Stored data entries:
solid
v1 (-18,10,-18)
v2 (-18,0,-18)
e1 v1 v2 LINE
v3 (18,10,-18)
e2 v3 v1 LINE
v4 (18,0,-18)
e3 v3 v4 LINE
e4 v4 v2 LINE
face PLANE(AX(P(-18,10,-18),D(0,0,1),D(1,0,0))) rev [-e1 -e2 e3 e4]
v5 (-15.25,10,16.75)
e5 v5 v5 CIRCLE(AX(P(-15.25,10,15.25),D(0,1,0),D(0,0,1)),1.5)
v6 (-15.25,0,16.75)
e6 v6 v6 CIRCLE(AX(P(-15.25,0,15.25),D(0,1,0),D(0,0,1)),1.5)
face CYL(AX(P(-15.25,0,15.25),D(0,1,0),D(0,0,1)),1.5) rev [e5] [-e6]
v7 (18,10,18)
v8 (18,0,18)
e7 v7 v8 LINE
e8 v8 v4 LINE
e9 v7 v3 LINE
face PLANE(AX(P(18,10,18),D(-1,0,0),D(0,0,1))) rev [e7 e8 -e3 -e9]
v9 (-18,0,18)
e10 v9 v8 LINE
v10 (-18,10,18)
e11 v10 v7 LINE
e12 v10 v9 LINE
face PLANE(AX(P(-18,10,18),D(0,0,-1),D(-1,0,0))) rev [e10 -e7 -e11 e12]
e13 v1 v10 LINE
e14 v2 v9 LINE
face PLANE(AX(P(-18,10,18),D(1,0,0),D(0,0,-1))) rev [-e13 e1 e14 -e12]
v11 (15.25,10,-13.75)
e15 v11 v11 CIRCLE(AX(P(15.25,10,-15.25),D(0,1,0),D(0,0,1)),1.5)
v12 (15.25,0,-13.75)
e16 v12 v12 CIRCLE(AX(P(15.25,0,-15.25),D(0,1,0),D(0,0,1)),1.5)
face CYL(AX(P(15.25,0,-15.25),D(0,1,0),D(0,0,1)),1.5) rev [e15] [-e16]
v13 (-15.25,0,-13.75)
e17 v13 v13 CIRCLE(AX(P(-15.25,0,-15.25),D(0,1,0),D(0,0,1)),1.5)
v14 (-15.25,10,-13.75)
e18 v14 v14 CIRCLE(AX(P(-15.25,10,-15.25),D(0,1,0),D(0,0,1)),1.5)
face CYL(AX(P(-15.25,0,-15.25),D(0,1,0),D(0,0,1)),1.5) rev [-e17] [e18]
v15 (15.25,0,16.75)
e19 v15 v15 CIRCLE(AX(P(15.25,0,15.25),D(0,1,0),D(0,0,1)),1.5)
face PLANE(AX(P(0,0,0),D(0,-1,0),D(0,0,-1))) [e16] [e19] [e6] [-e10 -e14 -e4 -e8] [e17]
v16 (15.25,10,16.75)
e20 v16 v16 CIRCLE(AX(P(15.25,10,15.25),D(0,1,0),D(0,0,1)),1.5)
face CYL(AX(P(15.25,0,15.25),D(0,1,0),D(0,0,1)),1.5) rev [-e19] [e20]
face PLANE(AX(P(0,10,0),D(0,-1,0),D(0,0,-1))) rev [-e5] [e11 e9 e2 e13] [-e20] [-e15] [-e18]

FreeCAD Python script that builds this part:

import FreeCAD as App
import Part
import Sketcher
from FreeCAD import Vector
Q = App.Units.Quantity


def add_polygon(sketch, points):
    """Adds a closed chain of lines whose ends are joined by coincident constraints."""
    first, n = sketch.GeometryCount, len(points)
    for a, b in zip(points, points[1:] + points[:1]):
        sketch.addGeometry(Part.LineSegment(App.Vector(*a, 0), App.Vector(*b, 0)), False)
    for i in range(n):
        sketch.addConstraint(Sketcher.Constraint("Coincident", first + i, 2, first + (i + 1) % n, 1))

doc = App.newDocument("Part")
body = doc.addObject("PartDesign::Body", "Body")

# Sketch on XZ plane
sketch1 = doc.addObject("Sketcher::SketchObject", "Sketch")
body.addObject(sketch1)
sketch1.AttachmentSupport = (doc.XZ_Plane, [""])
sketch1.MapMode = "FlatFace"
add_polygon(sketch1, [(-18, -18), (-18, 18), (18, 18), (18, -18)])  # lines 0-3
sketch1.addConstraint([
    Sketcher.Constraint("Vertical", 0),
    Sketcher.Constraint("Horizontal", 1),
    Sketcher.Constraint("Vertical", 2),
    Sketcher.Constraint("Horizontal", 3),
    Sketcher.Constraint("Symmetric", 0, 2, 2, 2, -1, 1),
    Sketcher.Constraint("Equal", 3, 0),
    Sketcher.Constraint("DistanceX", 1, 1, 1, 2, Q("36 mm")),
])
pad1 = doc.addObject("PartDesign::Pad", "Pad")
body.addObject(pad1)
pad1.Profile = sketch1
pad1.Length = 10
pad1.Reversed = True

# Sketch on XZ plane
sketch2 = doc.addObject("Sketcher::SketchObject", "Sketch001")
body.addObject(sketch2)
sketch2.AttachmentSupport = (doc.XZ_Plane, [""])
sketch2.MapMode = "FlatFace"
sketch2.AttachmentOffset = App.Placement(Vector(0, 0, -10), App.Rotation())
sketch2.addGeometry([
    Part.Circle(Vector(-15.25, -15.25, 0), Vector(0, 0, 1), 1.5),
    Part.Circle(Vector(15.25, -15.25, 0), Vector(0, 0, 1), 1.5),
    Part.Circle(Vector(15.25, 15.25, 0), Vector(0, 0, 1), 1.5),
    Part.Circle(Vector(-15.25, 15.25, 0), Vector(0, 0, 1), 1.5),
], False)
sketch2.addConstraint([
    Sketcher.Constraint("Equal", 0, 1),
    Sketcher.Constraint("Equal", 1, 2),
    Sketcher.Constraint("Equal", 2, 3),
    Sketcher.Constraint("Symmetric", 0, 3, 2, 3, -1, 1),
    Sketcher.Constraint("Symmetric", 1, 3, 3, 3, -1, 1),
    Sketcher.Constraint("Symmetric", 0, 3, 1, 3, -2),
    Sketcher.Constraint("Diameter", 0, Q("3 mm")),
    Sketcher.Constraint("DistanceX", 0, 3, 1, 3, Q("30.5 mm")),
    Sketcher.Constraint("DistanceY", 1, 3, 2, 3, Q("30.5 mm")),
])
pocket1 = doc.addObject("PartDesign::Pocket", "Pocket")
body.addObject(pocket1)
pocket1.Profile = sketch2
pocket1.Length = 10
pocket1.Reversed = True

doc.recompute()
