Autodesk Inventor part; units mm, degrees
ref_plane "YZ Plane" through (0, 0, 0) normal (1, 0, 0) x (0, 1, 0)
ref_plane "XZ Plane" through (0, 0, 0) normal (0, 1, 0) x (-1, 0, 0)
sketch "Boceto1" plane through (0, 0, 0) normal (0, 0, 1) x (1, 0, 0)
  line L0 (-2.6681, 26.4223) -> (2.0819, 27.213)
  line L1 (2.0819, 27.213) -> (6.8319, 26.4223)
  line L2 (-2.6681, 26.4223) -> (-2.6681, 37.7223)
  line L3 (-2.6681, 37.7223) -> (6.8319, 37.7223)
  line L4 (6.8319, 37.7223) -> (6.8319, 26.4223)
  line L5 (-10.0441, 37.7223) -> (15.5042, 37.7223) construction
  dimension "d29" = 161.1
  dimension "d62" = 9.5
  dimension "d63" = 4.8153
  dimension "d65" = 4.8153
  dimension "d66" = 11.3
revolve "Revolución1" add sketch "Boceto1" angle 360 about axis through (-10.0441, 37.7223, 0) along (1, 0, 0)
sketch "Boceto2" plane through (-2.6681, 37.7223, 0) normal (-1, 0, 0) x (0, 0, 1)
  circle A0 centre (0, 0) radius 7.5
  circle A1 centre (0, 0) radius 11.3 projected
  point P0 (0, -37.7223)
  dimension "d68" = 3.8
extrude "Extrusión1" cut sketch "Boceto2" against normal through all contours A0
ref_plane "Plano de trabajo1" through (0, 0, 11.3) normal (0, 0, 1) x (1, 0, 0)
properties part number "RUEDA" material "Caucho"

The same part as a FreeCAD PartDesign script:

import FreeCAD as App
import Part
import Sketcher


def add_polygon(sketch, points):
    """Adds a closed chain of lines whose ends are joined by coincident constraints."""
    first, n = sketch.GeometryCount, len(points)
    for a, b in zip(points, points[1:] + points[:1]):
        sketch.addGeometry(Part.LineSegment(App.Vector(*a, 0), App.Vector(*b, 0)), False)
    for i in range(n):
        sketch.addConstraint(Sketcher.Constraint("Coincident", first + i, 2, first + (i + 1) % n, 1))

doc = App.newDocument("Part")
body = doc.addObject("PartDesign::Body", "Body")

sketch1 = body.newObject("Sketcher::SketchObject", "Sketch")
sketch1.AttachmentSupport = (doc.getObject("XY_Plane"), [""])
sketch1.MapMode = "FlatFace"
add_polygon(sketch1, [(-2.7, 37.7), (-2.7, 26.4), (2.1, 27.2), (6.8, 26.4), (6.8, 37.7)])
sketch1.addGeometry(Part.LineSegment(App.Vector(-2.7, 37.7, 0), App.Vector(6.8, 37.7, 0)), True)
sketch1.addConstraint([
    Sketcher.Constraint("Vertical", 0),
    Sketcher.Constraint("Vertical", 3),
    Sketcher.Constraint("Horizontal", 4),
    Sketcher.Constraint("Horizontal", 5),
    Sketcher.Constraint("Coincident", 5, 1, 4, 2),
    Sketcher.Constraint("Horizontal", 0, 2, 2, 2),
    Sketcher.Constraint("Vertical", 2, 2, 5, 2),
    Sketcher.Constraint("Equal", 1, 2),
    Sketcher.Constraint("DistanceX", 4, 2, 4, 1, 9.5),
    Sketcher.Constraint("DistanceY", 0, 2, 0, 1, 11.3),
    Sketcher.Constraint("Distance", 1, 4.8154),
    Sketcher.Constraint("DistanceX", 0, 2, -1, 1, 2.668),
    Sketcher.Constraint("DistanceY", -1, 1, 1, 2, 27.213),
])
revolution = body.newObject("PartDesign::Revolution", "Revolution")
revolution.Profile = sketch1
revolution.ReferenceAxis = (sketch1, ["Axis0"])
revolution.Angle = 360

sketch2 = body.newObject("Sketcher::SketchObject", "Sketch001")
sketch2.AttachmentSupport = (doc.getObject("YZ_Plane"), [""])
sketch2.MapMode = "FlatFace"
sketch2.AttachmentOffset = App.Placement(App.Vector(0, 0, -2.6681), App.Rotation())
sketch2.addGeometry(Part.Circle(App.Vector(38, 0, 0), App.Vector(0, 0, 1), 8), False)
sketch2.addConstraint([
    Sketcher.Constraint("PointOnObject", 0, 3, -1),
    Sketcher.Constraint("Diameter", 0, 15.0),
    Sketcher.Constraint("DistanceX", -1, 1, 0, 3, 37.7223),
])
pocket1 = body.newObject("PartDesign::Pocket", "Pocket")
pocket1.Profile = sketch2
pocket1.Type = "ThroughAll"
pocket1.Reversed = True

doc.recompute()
* * *
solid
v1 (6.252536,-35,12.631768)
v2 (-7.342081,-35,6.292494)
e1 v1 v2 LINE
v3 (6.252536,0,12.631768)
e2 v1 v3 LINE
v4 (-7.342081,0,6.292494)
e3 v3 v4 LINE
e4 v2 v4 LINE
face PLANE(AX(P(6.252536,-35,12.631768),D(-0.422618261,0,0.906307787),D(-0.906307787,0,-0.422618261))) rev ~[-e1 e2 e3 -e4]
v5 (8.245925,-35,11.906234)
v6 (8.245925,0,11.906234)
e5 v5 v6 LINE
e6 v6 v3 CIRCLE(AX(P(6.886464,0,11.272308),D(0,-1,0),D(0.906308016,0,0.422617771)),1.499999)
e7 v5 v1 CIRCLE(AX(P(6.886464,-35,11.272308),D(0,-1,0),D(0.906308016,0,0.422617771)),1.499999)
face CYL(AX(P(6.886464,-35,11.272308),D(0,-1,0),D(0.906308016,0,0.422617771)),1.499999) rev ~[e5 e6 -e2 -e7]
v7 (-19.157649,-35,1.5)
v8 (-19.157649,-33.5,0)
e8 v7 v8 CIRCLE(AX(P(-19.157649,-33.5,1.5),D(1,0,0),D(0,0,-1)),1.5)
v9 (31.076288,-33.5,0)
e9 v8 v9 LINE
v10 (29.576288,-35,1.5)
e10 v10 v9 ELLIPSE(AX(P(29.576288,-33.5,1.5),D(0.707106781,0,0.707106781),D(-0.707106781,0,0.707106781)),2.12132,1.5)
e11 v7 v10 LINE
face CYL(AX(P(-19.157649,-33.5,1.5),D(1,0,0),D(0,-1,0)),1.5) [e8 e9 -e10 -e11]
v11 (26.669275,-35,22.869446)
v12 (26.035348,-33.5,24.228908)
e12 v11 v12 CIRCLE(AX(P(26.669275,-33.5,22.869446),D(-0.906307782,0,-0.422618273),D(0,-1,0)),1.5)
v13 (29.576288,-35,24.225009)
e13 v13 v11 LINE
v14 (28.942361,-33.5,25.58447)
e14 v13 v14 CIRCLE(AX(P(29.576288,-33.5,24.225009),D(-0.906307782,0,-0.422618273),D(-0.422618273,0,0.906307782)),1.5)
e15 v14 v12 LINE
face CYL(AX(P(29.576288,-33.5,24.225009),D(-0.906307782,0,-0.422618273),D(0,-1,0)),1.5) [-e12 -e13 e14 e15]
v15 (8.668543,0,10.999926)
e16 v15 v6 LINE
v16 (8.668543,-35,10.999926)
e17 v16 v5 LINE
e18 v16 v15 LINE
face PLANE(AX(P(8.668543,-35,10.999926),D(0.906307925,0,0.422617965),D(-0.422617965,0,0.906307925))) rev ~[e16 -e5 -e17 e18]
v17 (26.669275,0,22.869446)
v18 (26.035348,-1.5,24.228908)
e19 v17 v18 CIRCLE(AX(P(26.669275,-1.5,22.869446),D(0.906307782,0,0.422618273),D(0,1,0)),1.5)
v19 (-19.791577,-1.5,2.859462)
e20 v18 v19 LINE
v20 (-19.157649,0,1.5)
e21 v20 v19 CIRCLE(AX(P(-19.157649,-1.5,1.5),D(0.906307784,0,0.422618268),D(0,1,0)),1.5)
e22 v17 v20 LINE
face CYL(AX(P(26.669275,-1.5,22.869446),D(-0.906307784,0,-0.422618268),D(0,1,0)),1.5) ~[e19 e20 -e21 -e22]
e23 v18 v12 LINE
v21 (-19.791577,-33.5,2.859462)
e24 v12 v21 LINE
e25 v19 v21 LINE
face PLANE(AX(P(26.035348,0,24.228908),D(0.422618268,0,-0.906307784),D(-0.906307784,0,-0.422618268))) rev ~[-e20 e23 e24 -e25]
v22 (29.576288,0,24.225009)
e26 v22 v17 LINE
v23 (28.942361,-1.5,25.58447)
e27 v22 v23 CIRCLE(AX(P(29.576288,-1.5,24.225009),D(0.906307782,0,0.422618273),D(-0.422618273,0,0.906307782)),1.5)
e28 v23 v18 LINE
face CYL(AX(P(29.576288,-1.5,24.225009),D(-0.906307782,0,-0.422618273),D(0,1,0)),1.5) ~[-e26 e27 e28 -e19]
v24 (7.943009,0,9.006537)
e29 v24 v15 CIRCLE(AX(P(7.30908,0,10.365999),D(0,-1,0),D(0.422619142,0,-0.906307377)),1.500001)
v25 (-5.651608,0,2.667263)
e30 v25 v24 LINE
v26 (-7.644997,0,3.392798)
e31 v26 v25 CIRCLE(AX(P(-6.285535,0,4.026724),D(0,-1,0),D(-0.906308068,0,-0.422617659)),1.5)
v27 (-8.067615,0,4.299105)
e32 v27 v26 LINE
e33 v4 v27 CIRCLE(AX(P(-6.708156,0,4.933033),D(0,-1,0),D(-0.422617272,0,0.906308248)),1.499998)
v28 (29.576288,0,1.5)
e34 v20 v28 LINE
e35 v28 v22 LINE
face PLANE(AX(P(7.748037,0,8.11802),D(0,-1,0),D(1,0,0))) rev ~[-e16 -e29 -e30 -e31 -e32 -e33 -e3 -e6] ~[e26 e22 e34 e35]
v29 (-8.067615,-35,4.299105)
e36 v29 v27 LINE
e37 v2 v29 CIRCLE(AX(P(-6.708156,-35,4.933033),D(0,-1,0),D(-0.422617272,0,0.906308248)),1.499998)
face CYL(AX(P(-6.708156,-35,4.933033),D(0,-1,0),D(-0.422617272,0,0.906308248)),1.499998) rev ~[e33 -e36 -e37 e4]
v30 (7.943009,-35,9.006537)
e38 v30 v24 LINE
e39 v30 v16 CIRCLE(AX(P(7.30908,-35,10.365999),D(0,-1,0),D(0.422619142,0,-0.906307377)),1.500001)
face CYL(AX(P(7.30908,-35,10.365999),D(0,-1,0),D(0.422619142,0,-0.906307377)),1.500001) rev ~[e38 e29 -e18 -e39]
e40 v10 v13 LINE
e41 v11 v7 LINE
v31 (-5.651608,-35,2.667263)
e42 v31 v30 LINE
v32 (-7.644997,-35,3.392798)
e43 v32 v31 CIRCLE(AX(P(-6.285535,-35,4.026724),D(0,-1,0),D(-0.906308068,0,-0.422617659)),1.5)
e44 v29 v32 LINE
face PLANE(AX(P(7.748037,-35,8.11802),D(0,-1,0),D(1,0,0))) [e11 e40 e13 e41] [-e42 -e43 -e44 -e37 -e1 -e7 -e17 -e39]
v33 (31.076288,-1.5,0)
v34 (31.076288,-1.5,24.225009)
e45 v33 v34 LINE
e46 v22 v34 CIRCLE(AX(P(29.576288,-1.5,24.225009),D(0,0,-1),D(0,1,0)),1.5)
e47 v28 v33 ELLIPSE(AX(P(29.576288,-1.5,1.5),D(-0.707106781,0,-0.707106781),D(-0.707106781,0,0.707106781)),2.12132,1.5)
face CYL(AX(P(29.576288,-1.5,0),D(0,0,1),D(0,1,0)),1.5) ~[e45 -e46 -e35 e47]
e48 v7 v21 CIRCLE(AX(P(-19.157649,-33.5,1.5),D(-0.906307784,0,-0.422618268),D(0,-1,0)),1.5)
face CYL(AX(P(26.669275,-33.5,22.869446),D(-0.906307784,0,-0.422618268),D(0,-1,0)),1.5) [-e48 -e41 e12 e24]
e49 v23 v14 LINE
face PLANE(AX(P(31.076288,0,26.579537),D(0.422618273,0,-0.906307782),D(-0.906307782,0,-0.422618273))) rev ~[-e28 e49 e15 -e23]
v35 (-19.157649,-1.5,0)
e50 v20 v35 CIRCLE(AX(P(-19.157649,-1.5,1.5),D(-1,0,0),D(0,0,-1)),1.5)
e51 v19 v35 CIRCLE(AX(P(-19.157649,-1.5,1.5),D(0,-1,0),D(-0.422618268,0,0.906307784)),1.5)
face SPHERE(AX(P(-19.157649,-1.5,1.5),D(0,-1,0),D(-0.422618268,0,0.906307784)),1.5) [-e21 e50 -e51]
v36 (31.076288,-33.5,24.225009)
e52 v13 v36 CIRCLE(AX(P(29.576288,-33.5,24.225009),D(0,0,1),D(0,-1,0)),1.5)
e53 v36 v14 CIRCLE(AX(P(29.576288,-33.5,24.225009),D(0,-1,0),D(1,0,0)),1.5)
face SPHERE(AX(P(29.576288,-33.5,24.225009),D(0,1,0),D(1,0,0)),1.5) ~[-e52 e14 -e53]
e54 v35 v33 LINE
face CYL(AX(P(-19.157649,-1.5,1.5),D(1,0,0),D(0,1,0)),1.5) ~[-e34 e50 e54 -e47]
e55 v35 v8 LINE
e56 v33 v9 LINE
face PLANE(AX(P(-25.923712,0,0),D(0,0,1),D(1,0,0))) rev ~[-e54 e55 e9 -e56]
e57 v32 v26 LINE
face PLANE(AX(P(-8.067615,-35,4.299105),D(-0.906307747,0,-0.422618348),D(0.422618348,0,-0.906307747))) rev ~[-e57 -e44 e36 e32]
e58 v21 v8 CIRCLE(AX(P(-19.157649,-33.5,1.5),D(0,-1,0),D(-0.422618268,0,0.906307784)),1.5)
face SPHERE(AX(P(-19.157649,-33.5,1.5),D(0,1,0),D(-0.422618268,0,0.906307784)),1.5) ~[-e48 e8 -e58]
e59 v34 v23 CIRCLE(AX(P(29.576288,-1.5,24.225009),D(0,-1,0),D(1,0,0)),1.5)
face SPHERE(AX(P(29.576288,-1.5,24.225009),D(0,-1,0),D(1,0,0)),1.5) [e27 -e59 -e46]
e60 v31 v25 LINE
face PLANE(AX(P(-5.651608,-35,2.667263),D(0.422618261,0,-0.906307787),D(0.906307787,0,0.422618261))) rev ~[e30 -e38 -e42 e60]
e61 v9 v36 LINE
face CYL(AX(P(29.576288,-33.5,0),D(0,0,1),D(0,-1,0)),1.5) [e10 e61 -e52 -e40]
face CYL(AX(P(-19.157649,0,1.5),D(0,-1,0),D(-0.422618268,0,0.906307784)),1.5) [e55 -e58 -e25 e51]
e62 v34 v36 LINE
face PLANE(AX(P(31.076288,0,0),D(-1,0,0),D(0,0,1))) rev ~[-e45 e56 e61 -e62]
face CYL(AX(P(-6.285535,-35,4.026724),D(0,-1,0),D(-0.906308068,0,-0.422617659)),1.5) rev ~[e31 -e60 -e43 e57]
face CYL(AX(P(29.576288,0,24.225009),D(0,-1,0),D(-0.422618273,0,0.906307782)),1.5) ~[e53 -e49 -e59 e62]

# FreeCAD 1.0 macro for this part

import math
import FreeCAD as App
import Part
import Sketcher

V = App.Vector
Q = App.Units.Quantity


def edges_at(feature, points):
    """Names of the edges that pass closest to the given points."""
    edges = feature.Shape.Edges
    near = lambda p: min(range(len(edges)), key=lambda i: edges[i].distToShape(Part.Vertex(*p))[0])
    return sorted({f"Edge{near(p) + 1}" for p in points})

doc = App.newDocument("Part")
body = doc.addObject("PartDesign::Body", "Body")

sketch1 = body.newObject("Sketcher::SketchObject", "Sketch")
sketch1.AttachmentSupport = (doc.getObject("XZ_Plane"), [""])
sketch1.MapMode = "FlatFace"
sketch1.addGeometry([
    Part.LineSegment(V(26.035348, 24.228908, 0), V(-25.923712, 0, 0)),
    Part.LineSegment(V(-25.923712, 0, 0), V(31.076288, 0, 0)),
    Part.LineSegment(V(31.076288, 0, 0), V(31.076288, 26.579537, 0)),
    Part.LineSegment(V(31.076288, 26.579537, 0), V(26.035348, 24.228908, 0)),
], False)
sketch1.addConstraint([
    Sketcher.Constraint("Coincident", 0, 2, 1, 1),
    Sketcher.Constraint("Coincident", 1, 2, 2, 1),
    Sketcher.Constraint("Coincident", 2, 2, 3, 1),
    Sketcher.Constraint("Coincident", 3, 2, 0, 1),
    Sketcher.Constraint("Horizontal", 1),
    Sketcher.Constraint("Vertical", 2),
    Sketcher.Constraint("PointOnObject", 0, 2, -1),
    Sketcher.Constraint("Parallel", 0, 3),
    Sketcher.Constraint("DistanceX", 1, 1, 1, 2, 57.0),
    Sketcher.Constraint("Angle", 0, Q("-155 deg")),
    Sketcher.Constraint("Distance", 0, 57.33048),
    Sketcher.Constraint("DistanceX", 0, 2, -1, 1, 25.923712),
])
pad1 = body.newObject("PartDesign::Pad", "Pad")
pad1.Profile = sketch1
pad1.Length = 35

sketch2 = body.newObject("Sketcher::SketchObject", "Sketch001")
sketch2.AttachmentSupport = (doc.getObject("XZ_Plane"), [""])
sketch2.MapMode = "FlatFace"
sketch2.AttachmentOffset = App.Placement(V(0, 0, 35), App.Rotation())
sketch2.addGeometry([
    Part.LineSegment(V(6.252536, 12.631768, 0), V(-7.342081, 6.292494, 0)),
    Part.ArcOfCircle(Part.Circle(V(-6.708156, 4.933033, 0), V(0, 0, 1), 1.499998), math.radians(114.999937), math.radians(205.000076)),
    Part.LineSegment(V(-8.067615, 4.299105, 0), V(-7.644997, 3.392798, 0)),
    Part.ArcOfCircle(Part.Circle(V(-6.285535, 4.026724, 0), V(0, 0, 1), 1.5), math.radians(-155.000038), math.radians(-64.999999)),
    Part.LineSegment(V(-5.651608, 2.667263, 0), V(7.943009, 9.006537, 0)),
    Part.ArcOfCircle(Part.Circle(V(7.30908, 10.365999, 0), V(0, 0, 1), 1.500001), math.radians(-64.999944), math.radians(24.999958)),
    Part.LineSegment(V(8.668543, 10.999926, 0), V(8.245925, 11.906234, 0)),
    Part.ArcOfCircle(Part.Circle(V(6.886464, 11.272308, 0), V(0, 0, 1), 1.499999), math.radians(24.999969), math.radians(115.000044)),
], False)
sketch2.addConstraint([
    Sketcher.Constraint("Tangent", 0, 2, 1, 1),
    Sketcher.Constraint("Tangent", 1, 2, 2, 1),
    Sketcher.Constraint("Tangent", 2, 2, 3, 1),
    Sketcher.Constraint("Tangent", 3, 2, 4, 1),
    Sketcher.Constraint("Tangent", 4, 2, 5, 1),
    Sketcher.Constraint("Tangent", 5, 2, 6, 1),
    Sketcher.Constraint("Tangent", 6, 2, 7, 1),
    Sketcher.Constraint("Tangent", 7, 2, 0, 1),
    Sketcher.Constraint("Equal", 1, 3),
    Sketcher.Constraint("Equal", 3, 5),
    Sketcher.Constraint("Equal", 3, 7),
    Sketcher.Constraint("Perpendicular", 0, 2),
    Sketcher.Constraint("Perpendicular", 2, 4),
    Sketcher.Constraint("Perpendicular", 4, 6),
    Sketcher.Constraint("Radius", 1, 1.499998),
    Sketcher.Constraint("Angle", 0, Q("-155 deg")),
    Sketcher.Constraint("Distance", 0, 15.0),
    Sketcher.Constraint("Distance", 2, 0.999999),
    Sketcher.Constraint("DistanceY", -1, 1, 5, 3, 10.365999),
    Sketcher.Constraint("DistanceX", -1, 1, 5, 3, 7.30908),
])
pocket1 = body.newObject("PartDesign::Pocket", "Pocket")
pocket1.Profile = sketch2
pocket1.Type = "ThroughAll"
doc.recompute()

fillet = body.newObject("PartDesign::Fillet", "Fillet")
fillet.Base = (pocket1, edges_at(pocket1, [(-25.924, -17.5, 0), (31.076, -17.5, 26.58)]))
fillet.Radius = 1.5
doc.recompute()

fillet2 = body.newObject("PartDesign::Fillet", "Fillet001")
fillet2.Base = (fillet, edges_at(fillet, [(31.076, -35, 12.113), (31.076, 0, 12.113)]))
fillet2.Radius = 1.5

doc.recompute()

(DIRECTIONS): Above are some records; copy exactly the lines from the one with "e7 v7 v8 LINE" through the one with "e16 v12 v12", both included, and no others.

(ANSWER TO THIS TASK):
e7 v7 v8 LINE
e8 v8 v4 LINE
e9 v7 v3 LINE
face PLANE(AX(P(18,10,18),D(-1,0,0),D(0,0,1))) rev [e7 e8 -e3 -e9]
v9 (-18,0,18)
e10 v9 v8 LINE
v10 (-18,10,18)
e11 v10 v7 LINE
e12 v10 v9 LINE
face PLANE(AX(P(-18,10,18),D(0,0,-1),D(-1,0,0))) rev [e10 -e7 -e11 e12]
e13 v1 v10 LINE
e14 v2 v9 LINE
face PLANE(AX(P(-18,10,18),D(1,0,0),D(0,0,-1))) rev [-e13 e1 e14 -e12]
v11 (15.25,10,-13.75)
e15 v11 v11 CIRCLE(AX(P(15.25,10,-15.25),D(0,1,0),D(0,0,1)),1.5)
v12 (15.25,0,-13.75)
e16 v12 v12 CIRCLE(AX(P(15.25,0,-15.25),D(0,1,0),D(0,0,1)),1.5)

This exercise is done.